Copy nothing from the entries below except the lines from the one containing "f 9 205 203" through the one containing "f 37 229 227", and copy those exactly.

-=-=-=-=-

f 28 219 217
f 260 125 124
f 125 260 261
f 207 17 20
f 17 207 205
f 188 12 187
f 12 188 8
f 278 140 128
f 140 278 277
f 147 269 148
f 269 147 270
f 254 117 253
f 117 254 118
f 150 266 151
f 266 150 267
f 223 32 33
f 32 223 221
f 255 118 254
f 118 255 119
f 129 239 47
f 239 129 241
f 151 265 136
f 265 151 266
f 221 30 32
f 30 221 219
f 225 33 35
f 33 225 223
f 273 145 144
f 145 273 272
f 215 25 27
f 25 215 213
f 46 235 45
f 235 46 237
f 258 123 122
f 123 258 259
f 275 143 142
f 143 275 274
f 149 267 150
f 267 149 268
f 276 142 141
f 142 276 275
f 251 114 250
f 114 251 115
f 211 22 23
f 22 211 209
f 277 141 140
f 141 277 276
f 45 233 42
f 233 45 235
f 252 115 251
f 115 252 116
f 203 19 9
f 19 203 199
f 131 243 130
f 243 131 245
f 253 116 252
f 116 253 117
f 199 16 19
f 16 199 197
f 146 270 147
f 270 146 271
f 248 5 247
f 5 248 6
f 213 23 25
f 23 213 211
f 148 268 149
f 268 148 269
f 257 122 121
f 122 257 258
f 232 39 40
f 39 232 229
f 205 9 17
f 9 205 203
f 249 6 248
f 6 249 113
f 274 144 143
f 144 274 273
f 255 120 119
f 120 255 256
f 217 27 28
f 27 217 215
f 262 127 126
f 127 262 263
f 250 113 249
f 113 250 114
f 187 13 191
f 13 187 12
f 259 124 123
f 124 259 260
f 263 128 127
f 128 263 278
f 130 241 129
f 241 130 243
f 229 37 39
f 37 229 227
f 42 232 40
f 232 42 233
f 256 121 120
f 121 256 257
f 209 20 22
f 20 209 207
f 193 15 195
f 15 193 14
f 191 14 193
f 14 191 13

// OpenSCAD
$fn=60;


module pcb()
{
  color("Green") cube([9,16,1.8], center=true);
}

-=-=-=-=-

*Your response*:
f 9 205 203
f 249 6 248
f 6 249 113
f 274 144 143
f 144 274 273
f 255 120 119
f 120 255 256
f 217 27 28
f 27 217 215
f 262 127 126
f 127 262 263
f 250 113 249
f 113 250 114
f 187 13 191
f 13 187 12
f 259 124 123
f 124 259 260
f 263 128 127
f 128 263 278
f 130 241 129
f 241 130 243
f 229 37 39
f 37 229 227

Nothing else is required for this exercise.